Ein seltenes Phänomen wird uns dieser Tage zuteil. Egal, wo wir auf der Welt beheimatet sind, sehen wir unser Leben derselben Bedrohung ausgesetzt und unseren Alltag von denselben Einschränkungen und Ängsten geprägt. Wir sind uns bewusst, dass wir aktuell eine Zeiterfahrung machen, die als historisches Weltereignis – ähnlich wie die mittelalterliche Pestwelle oder die Spanische Grippe zu Beginn des 20. Jahrhunderts – Eingang finden wird in Geschichtsbücher und Ausstellungen. Dieses historische Bewusstsein ist bei einigen dermaßen stark, dass sie mit dieser Geschichtsschreibung nicht warten, bis die Pandemie ausgestanden ist und aus zeitlicher Distanz erzählt bzw. musealisiert werden kann. Ihr Drang nach Dokumentation ist so ausgeprägt, dass sie bereits im Frühling zur Hochzeit der globalen Corona-Ausbreitung damit angefangen haben, Sammlungsaufrufe zu starten. Denn es geht ihnen nicht darum, dass sie selbst aus einer individuellen Expertenperspektive heraus eine Corona-Historie verfassen.

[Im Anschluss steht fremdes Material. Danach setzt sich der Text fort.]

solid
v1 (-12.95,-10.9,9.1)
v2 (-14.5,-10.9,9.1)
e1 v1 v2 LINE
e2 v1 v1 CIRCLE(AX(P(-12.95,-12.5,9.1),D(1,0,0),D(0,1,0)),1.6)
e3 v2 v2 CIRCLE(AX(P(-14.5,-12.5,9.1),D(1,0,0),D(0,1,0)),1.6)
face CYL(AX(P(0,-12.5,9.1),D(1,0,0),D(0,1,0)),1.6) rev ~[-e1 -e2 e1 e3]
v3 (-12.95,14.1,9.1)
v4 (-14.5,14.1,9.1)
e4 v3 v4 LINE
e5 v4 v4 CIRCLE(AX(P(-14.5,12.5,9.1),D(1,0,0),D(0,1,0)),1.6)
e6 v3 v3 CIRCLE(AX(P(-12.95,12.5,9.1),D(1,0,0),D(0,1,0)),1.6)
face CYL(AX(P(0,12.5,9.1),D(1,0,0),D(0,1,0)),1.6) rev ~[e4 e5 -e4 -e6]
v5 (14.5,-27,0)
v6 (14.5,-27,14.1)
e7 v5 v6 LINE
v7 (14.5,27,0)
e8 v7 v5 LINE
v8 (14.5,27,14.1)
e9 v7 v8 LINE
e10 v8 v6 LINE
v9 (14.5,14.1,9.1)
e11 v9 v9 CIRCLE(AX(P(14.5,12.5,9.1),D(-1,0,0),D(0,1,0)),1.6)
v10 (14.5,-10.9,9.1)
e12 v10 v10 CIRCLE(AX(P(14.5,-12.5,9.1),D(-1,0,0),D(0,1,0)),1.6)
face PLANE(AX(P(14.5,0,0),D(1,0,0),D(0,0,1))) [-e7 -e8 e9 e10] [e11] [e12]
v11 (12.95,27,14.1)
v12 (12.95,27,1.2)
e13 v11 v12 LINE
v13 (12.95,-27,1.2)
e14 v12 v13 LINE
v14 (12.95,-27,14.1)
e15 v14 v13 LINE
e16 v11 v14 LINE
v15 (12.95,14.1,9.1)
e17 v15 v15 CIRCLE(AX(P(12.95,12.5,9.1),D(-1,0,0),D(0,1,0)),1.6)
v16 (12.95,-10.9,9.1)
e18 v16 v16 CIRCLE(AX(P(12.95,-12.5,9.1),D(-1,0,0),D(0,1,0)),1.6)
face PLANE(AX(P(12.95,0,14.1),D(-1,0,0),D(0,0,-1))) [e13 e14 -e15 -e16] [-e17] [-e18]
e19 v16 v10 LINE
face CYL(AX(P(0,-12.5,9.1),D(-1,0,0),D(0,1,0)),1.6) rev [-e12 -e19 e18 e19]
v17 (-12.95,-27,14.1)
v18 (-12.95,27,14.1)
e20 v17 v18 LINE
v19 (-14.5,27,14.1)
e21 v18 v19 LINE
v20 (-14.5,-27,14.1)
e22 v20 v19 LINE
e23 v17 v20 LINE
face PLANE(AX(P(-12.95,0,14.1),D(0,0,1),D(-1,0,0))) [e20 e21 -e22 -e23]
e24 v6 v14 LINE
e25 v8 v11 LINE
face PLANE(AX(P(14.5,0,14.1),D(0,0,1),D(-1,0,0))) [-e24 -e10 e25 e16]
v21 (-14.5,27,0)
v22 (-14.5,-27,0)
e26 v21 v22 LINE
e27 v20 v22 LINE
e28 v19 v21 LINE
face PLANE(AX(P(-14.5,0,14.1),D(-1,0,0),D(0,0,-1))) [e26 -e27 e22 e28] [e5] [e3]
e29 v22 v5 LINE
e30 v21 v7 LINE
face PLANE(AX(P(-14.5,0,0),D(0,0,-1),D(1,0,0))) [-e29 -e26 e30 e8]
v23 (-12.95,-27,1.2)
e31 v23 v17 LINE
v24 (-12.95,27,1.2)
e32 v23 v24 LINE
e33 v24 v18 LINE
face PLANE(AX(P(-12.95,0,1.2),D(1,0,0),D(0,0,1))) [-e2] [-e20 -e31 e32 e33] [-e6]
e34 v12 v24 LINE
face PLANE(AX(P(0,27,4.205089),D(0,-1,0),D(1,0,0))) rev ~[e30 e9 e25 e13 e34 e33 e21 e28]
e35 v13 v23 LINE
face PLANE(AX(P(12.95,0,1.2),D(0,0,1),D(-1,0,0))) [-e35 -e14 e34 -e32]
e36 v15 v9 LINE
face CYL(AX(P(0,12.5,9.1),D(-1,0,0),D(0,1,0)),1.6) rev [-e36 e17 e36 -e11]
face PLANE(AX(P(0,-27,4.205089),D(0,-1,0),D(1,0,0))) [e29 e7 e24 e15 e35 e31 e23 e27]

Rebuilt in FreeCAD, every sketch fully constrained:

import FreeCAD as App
import Part
import Sketcher
from FreeCAD import Vector
Q = App.Units.Quantity


def add_polygon(sketch, points):
    """Adds a closed chain of lines whose ends are joined by coincident constraints."""
    first, n = sketch.GeometryCount, len(points)
    for a, b in zip(points, points[1:] + points[:1]):
        sketch.addGeometry(Part.LineSegment(App.Vector(*a, 0), App.Vector(*b, 0)), False)
    for i in range(n):
        sketch.addConstraint(Sketcher.Constraint("Coincident", first + i, 2, first + (i + 1) % n, 1))

doc = App.newDocument("Part")
body = doc.addObject("PartDesign::Body", "Body")

# Sketch on XZ plane
sketch1 = doc.addObject("Sketcher::SketchObject", "Sketch")
body.addObject(sketch1)
sketch1.AttachmentSupport = (doc.XZ_Plane, [""])
sketch1.MapMode = "FlatFace"
add_polygon(sketch1, [(-14.5, 14.1), (-14.5, 0), (14.5, 0), (14.5, 14.1), (12.9, 14.1), (12.9, 1.2), (-12.9, 1.2), (-12.9, 14.1)])  # lines 0-7
sketch1.addConstraint([
    Sketcher.Constraint("Vertical", 0),
    Sketcher.Constraint("Horizontal", 1),
    Sketcher.Constraint("Vertical", 2),
    Sketcher.Constraint("Horizontal", 3),
    Sketcher.Constraint("Vertical", 4),
    Sketcher.Constraint("Horizontal", 5),
    Sketcher.Constraint("Vertical", 6),
    Sketcher.Constraint("Horizontal", 7),
    Sketcher.Constraint("Symmetric", 0, 2, 1, 2, -1, 1),
    Sketcher.Constraint("Symmetric", 3, 2, 6, 2, -2),
    Sketcher.Constraint("DistanceX", 1, 1, 1, 2, Q("29 mm")),
    Sketcher.Constraint("DistanceX", 5, 2, 5, 1, Q("25.9 mm")),
    Sketcher.Constraint("DistanceY", 0, 2, 0, 1, Q("14.1 mm")),
    Sketcher.Constraint("DistanceY", 4, 2, 4, 1, Q("12.9 mm")),
])
pad1 = doc.addObject("PartDesign::Pad", "Pad")
body.addObject(pad1)
pad1.Profile = sketch1
pad1.Length = 54
pad1.Midplane = True

# Sketch on YZ plane
sketch2 = doc.addObject("Sketcher::SketchObject", "Sketch001")
body.addObject(sketch2)
sketch2.AttachmentSupport = (doc.YZ_Plane, [""])
sketch2.MapMode = "FlatFace"
sketch2.addGeometry([
    Part.Circle(Vector(-12.5, 9.1, 0), Vector(0, 0, 1), 1.6),
    Part.Circle(Vector(12.5, 9.1, 0), Vector(0, 0, 1), 1.6),
], False)
sketch2.addConstraint([
    Sketcher.Constraint("Equal", 0, 1),
    Sketcher.Constraint("Symmetric", 0, 3, 1, 3, -2),
    Sketcher.Constraint("Diameter", 0, Q("3.2 mm")),
    Sketcher.Constraint("DistanceX", 0, 3, 1, 3, Q("25 mm")),
    Sketcher.Constraint("DistanceY", -1, 1, 0, 3, Q("9.1 mm")),
])
pocket1 = doc.addObject("PartDesign::Pocket", "Pocket")
body.addObject(pocket1)
pocket1.Profile = sketch2
pocket1.Type = "ThroughAll"
pocket1.Midplane = True

doc.recompute()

Es geht vielmehr darum, unterschiedliche Menschen dazu zu bringen, persönliche Erlebnisberichte, Fotos und Videos sowie Objekte zu teilen, die für sie in dieser außergewöhnlichen Zeit von Bedeutung sind. WINA möchte Ihnen einige Initiativen vorstellen.

 

Es geht darum, unterschiedliche Menschen dazu zu bringen, persönliche Erlebnisberichte zu teilen,
die für sie in dieser außergewöhnlichen Zeit
von Bedeutung sind.

©Anna Bolovich

Das Jüdische Museum Wien (JMW) ist in den sozialen Netzwerken sehr aktiv und versucht auf diesem Weg, mit seiner Besucherschaft Kontakt zu halten. Auch das JMW will etwas Bleibendes schaffen: Kinder werden dazu animiert, ihr Lieblingsobjekt aus der Sammlung zu malen und das Bild bzw. ein Foto von ihrem Kunstwerk an das Museum zu schicken.
Das Haus der Geschichte Österreich bietet seinen virtuellen Besuchern und Besucherinnen an, Fotos, die ihren Alltag in der Krise zeigen, für eine Web-Ausstellung hochzuladen. Es freut sich auch über Tweets und Videomaterial und geht das ganze Projekt mit Humor an: „Soweit es unsere Ressourcen zulassen, dokumentieren wir diese globale Situation auch anhand von Gegenständen (der FALTER 12/20 berichtete): Unser erstes ‚Corona-Objekt‘ war eine Packung Toilettenpapier.“

Einen Schritt weiter geht eine Kooperation der Universitäten Hamburg, Gießen und Bochum. Sie haben eigens ein Corona-Archiv ins Leben gerufen und dafür eine Website angelegt, auf der Betroffene (also wir alle) Erlebnisse, Gedanken, Medien etc. hochladen können. Dabei geht es den Betreibern darum zu zeigen, wie unterschiedlich Menschen die Krise erleben. „Diese Diversität möchten wir durch eine Dokumentation der Gegenwart einfangen und für die Nachwelt erhalten.“ Das Jüdische Museum Berlin sammelt speziell Material zu „Pessach in Zeiten von Corona“, als die meisten Familien nicht wie gewohnt miteinander den Sederabend verbringen konnten. Dabei geht es so traurigen Fragen nach wie „Wie feiern Sie den Sederabend, wenn kein Kind da ist, um das Ma nischtana zu singen?“ oder „Wie sieht Ihre Sederplatte aus, wenn vielleicht nicht mehr alles rechtzeitig besorgt werden konnte?“

Oberkantor Shmuel Barzilai beim Gebet im leeren Wiener Stadttempel. Gläubigen ist die Teilnahme via LiveStream möglich. ©Dvora Barzilai

Das Wien Museum wählt einen spielerischen Ansatz. Unter dem Titel Corona in Wien: ein Sammlungsprojekt zur Stadtgeschichte werden Menschen eingeladen, Fotos von Objekten zu schicken, die ihnen während der Krise besonders wichtig sind. Aus der Fülle von Einsendungen wählt das Museum dann Objekte aus, die in die Sammlung übernommen und der Öffentlichkeit präsentiert werden. Gehäkelte Corona-Viren sind da ebenso zu finden wie humorvolle Plakate und Fotos von leeren Klopapierregalen in Supermärkten.
Über all den Projekten und Initiativen steht die Frage „Wie wollen wir uns erinnern?“. Wir alle haben hier die seltene Chance, Geschichte (mit) zu schreiben. Spannend bleibt, wie wir unser zusammengetragenes Material nach der Krise betrachten und bewerten werden.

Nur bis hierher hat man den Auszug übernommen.